Work order:
Output only the lines below that start at the line containing "#320=ORIENTED_EDGE('',*,*,#277,.T.);" and end at the line containing "#333=AXIS2_PLACEMENT_3D('',#332,#16,#17);", with both ends kept.

Information provided:
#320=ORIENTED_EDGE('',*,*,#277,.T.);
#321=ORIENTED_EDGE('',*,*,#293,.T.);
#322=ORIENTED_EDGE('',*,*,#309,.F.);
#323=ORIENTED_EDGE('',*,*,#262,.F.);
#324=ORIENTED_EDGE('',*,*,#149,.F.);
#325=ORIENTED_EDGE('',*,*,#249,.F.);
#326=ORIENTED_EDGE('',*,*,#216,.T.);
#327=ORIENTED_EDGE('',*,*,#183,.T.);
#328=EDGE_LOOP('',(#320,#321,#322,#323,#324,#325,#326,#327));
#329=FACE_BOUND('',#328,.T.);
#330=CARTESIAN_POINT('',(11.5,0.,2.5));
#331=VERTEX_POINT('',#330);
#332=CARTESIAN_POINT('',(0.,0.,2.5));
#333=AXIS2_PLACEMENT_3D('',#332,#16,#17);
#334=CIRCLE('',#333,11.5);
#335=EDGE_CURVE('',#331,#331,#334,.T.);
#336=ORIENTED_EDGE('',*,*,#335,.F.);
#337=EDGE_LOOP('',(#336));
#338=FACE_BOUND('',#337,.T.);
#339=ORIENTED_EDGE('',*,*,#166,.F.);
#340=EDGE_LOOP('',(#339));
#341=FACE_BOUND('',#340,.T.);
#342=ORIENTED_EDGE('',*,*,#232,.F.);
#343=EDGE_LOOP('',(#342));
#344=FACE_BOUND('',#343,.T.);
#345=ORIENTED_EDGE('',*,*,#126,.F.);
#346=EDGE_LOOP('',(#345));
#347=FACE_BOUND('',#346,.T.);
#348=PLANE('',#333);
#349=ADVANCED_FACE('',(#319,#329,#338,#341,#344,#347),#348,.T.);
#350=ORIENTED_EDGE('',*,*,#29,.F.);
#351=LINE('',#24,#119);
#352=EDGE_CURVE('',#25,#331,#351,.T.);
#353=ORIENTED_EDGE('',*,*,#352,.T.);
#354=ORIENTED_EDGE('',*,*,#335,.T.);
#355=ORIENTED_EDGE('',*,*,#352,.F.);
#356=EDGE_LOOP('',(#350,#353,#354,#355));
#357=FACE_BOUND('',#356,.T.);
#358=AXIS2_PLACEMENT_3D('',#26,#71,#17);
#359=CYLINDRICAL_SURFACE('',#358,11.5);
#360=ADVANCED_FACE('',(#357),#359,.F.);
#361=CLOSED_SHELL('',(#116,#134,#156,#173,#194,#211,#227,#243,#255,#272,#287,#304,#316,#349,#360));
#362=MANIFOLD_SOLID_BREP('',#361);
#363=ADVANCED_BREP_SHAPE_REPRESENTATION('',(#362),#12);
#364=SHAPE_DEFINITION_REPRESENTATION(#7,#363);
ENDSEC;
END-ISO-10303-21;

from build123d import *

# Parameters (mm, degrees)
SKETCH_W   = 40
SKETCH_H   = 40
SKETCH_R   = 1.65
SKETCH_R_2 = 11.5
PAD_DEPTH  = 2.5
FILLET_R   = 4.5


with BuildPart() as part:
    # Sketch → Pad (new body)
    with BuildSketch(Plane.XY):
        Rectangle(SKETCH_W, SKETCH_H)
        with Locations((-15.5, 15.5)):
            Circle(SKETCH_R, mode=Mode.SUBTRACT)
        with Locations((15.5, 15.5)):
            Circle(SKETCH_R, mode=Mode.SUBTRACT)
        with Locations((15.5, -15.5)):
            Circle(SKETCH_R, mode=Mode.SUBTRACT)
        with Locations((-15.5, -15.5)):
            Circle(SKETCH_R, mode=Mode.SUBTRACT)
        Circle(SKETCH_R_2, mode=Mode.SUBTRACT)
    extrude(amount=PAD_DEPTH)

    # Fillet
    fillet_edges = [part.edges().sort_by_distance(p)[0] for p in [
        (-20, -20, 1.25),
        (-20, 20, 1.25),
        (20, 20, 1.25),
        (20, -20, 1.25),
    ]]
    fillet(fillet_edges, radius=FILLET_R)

==

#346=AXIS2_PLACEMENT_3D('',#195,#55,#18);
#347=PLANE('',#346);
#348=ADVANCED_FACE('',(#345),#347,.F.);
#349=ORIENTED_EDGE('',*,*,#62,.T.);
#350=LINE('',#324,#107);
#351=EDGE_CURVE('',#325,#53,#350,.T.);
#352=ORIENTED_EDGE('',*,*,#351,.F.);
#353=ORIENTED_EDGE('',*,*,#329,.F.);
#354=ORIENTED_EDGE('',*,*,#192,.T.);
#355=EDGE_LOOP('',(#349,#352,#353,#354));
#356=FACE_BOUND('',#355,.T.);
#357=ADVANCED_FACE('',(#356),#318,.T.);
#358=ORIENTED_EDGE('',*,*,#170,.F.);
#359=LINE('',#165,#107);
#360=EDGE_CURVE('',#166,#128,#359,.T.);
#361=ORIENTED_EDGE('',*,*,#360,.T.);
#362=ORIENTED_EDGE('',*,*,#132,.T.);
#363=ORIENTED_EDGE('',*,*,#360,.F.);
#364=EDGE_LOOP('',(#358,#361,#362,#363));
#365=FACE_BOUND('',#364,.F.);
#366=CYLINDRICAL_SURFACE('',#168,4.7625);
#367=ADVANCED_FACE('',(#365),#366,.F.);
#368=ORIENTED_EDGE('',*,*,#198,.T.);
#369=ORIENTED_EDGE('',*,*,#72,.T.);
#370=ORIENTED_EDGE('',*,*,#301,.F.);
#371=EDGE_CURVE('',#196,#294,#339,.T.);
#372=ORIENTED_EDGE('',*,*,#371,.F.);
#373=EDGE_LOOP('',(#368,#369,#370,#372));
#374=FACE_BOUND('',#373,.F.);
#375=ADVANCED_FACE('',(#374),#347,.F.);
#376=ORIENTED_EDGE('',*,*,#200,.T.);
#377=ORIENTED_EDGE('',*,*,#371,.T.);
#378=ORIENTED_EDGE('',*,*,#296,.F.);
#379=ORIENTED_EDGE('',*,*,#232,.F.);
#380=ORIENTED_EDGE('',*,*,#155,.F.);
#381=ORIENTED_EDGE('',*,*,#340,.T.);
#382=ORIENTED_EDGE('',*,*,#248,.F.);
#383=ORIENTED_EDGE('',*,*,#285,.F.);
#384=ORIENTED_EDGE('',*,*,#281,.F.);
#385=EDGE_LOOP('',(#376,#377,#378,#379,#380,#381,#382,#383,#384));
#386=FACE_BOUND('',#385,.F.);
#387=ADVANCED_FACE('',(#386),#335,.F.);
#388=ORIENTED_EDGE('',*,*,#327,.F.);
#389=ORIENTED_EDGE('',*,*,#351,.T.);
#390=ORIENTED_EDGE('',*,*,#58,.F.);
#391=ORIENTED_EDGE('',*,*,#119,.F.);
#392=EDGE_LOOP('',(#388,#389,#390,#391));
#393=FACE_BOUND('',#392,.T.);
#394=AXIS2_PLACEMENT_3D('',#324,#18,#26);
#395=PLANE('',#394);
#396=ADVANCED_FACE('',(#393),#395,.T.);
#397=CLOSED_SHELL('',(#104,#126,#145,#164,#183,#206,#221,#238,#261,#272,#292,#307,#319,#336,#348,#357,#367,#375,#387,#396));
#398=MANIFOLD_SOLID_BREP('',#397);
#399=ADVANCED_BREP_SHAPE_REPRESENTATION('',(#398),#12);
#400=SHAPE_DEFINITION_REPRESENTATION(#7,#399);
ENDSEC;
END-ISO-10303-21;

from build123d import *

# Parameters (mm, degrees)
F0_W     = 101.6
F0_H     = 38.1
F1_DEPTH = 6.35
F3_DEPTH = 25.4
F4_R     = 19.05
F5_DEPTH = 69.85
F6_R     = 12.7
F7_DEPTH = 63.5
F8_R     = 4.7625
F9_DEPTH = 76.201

---

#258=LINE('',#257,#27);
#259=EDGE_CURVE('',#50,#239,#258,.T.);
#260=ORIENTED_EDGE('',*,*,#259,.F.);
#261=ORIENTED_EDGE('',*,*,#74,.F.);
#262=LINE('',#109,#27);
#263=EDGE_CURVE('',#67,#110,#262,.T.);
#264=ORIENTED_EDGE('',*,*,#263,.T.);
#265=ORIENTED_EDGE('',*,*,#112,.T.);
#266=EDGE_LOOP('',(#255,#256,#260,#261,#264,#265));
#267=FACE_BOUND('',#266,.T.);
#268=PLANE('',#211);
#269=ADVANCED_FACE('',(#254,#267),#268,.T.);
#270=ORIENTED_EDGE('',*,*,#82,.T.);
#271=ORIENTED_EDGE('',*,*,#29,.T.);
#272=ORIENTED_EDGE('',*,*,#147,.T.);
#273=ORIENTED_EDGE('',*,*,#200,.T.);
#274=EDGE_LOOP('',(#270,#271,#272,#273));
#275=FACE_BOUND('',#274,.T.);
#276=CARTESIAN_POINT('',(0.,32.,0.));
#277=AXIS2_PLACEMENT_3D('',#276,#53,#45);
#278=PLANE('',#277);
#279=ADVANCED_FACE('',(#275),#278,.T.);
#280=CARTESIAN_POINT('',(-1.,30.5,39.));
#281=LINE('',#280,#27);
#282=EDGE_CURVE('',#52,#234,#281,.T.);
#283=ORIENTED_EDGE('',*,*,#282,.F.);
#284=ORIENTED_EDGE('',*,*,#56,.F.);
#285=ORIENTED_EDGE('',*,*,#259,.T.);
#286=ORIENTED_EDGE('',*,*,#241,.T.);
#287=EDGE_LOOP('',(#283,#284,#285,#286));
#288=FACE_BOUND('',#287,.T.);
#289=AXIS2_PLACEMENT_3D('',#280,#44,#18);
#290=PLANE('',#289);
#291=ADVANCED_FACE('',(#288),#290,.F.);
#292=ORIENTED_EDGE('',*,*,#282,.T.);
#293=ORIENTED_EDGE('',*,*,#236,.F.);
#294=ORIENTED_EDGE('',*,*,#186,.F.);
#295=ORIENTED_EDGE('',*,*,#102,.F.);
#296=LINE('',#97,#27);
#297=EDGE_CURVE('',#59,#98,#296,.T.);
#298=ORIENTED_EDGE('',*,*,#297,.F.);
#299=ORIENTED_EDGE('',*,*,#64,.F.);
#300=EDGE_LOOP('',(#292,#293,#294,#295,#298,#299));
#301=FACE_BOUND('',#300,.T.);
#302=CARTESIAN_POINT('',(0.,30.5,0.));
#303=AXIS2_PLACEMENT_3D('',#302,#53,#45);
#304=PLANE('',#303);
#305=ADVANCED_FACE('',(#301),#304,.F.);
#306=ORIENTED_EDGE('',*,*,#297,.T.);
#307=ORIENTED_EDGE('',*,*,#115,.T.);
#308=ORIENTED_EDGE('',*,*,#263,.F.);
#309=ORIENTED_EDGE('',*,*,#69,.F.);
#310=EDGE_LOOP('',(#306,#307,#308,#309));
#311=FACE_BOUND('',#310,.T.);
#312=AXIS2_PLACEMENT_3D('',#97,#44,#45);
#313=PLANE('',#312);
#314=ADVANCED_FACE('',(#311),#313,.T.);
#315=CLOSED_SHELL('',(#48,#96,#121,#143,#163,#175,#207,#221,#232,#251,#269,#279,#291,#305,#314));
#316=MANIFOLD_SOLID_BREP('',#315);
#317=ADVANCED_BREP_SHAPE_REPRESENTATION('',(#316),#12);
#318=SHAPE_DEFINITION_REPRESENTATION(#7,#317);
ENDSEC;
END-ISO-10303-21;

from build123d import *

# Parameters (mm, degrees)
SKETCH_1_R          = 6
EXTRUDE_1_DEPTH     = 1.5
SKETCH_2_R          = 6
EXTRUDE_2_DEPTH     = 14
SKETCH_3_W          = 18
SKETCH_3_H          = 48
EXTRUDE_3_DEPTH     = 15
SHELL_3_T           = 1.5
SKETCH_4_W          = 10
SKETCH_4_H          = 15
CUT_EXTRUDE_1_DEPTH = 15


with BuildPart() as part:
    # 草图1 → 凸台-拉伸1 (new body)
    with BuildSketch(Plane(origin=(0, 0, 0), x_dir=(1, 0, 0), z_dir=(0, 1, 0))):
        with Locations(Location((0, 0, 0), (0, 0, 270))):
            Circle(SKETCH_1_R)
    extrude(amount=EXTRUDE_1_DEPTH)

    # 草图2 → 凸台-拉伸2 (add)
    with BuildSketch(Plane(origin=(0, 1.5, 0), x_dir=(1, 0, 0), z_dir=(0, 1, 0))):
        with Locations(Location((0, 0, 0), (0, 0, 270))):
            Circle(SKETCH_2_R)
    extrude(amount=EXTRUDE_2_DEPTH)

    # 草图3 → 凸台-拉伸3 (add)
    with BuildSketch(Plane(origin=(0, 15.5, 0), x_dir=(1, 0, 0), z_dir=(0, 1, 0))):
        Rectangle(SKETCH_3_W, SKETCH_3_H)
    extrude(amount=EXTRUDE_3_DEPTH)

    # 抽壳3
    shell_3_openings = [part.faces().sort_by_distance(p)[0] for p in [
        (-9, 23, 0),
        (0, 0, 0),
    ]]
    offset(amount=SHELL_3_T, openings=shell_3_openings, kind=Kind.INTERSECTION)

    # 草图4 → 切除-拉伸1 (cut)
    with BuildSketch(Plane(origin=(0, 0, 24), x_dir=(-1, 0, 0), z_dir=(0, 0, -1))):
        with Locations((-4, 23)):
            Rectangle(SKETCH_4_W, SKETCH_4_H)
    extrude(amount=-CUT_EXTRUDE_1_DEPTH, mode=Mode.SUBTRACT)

The answer:
#320=ORIENTED_EDGE('',*,*,#277,.T.);
#321=ORIENTED_EDGE('',*,*,#293,.T.);
#322=ORIENTED_EDGE('',*,*,#309,.F.);
#323=ORIENTED_EDGE('',*,*,#262,.F.);
#324=ORIENTED_EDGE('',*,*,#149,.F.);
#325=ORIENTED_EDGE('',*,*,#249,.F.);
#326=ORIENTED_EDGE('',*,*,#216,.T.);
#327=ORIENTED_EDGE('',*,*,#183,.T.);
#328=EDGE_LOOP('',(#320,#321,#322,#323,#324,#325,#326,#327));
#329=FACE_BOUND('',#328,.T.);
#330=CARTESIAN_POINT('',(11.5,0.,2.5));
#331=VERTEX_POINT('',#330);
#332=CARTESIAN_POINT('',(0.,0.,2.5));
#333=AXIS2_PLACEMENT_3D('',#332,#16,#17);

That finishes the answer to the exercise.